● Task
In full and unaltered, output the records below.

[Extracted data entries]

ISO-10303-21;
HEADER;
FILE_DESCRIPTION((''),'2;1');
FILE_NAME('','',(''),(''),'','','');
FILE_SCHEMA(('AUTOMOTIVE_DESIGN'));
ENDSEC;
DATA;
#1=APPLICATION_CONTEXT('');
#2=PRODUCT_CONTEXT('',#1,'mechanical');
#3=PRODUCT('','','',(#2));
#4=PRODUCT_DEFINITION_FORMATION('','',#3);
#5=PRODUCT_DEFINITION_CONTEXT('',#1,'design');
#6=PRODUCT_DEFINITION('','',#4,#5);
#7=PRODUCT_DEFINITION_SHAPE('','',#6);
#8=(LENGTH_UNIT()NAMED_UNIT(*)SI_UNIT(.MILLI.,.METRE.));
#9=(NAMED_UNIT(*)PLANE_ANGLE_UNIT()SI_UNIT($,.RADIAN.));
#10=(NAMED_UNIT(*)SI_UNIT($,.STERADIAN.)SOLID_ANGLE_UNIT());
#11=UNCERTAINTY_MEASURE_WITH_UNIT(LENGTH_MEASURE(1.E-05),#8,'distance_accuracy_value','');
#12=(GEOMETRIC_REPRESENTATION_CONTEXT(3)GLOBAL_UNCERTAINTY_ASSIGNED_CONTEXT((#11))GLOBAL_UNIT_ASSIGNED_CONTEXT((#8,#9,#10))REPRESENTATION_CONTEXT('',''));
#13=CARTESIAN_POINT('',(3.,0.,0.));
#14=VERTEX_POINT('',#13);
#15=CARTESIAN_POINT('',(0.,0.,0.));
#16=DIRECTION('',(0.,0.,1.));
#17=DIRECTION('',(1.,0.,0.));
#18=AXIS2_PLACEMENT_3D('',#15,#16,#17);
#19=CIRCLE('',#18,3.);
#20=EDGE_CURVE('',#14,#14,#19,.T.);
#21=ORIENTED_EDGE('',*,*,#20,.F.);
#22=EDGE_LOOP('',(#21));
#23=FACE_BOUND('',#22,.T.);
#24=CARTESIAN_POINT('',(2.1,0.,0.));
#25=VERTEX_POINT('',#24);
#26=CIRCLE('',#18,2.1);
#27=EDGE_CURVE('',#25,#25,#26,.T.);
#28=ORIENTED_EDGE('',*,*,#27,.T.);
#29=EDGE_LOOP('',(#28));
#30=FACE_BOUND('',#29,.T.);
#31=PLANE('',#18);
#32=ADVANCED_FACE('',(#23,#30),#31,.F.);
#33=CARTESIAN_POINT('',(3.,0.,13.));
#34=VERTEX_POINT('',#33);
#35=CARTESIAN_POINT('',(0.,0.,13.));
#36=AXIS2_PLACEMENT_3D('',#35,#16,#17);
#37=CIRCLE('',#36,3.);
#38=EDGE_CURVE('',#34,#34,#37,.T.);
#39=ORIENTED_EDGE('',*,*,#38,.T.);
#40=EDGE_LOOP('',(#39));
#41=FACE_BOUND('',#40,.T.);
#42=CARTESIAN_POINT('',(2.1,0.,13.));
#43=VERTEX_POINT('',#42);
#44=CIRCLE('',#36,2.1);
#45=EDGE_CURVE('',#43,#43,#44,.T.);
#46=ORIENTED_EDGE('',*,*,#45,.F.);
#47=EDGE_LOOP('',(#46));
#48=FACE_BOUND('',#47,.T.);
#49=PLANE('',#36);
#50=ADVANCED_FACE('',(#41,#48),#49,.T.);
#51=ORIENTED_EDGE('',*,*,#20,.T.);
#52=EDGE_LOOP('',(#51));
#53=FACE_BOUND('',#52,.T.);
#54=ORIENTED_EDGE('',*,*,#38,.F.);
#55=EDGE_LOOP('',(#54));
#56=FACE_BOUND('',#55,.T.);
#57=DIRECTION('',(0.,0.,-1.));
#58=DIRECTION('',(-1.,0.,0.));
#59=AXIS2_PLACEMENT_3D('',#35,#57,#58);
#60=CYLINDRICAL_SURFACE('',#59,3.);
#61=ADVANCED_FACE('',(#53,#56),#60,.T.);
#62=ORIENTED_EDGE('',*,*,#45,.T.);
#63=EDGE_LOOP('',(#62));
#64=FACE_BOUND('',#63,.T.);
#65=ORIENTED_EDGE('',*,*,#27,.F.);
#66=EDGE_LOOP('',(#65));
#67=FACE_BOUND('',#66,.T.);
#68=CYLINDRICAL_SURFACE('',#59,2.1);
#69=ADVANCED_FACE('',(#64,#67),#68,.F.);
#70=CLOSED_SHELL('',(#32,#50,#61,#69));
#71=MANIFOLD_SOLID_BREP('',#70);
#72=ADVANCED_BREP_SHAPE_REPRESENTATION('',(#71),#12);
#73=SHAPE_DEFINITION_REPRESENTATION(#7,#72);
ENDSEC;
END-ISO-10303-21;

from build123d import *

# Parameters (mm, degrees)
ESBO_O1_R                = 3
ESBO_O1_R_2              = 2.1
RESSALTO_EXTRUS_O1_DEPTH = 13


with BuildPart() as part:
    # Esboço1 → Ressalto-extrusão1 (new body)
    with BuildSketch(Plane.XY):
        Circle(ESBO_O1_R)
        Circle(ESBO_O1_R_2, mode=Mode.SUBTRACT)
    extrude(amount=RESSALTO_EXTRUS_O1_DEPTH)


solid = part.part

● Solution for this problem
ISO-10303-21;
HEADER;
FILE_DESCRIPTION((''),'2;1');
FILE_NAME('','',(''),(''),'','','');
FILE_SCHEMA(('AUTOMOTIVE_DESIGN'));
ENDSEC;
DATA;
#1=APPLICATION_CONTEXT('');
#2=PRODUCT_CONTEXT('',#1,'mechanical');
#3=PRODUCT('','','',(#2));
#4=PRODUCT_DEFINITION_FORMATION('','',#3);
#5=PRODUCT_DEFINITION_CONTEXT('',#1,'design');
#6=PRODUCT_DEFINITION('','',#4,#5);
#7=PRODUCT_DEFINITION_SHAPE('','',#6);
#8=(LENGTH_UNIT()NAMED_UNIT(*)SI_UNIT(.MILLI.,.METRE.));
#9=(NAMED_UNIT(*)PLANE_ANGLE_UNIT()SI_UNIT($,.RADIAN.));
#10=(NAMED_UNIT(*)SI_UNIT($,.STERADIAN.)SOLID_ANGLE_UNIT());
#11=UNCERTAINTY_MEASURE_WITH_UNIT(LENGTH_MEASURE(1.E-05),#8,'distance_accuracy_value','');
#12=(GEOMETRIC_REPRESENTATION_CONTEXT(3)GLOBAL_UNCERTAINTY_ASSIGNED_CONTEXT((#11))GLOBAL_UNIT_ASSIGNED_CONTEXT((#8,#9,#10))REPRESENTATION_CONTEXT('',''));
#13=CARTESIAN_POINT('',(3.,0.,0.));
#14=VERTEX_POINT('',#13);
#15=CARTESIAN_POINT('',(0.,0.,0.));
#16=DIRECTION('',(0.,0.,1.));
#17=DIRECTION('',(1.,0.,0.));
#18=AXIS2_PLACEMENT_3D('',#15,#16,#17);
#19=CIRCLE('',#18,3.);
#20=EDGE_CURVE('',#14,#14,#19,.T.);
#21=ORIENTED_EDGE('',*,*,#20,.F.);
#22=EDGE_LOOP('',(#21));
#23=FACE_BOUND('',#22,.T.);
#24=CARTESIAN_POINT('',(2.1,0.,0.));
#25=VERTEX_POINT('',#24);
#26=CIRCLE('',#18,2.1);
#27=EDGE_CURVE('',#25,#25,#26,.T.);
#28=ORIENTED_EDGE('',*,*,#27,.T.);
#29=EDGE_LOOP('',(#28));
#30=FACE_BOUND('',#29,.T.);
#31=PLANE('',#18);
#32=ADVANCED_FACE('',(#23,#30),#31,.F.);
#33=CARTESIAN_POINT('',(3.,0.,13.));
#34=VERTEX_POINT('',#33);
#35=CARTESIAN_POINT('',(0.,0.,13.));
#36=AXIS2_PLACEMENT_3D('',#35,#16,#17);
#37=CIRCLE('',#36,3.);
#38=EDGE_CURVE('',#34,#34,#37,.T.);
#39=ORIENTED_EDGE('',*,*,#38,.T.);
#40=EDGE_LOOP('',(#39));
#41=FACE_BOUND('',#40,.T.);
#42=CARTESIAN_POINT('',(2.1,0.,13.));
#43=VERTEX_POINT('',#42);
#44=CIRCLE('',#36,2.1);
#45=EDGE_CURVE('',#43,#43,#44,.T.);
#46=ORIENTED_EDGE('',*,*,#45,.F.);
#47=EDGE_LOOP('',(#46));
#48=FACE_BOUND('',#47,.T.);
#49=PLANE('',#36);
#50=ADVANCED_FACE('',(#41,#48),#49,.T.);
#51=ORIENTED_EDGE('',*,*,#20,.T.);
#52=EDGE_LOOP('',(#51));
#53=FACE_BOUND('',#52,.T.);
#54=ORIENTED_EDGE('',*,*,#38,.F.);
#55=EDGE_LOOP('',(#54));
#56=FACE_BOUND('',#55,.T.);
#57=DIRECTION('',(0.,0.,-1.));
#58=DIRECTION('',(-1.,0.,0.));
#59=AXIS2_PLACEMENT_3D('',#35,#57,#58);
#60=CYLINDRICAL_SURFACE('',#59,3.);
#61=ADVANCED_FACE('',(#53,#56),#60,.T.);
#62=ORIENTED_EDGE('',*,*,#45,.T.);
#63=EDGE_LOOP('',(#62));
#64=FACE_BOUND('',#63,.T.);
#65=ORIENTED_EDGE('',*,*,#27,.F.);
#66=EDGE_LOOP('',(#65));
#67=FACE_BOUND('',#66,.T.);
#68=CYLINDRICAL_SURFACE('',#59,2.1);
#69=ADVANCED_FACE('',(#64,#67),#68,.F.);
#70=CLOSED_SHELL('',(#32,#50,#61,#69));
#71=MANIFOLD_SOLID_BREP('',#70);
#72=ADVANCED_BREP_SHAPE_REPRESENTATION('',(#71),#12);
#73=SHAPE_DEFINITION_REPRESENTATION(#7,#72);
ENDSEC;
END-ISO-10303-21;

from build123d import *

# Parameters (mm, degrees)
ESBO_O1_R                = 3
ESBO_O1_R_2              = 2.1
RESSALTO_EXTRUS_O1_DEPTH = 13


with BuildPart() as part:
    # Esboço1 → Ressalto-extrusão1 (new body)
    with BuildSketch(Plane.XY):
        Circle(ESBO_O1_R)
        Circle(ESBO_O1_R_2, mode=Mode.SUBTRACT)
    extrude(amount=RESSALTO_EXTRUS_O1_DEPTH)


solid = part.part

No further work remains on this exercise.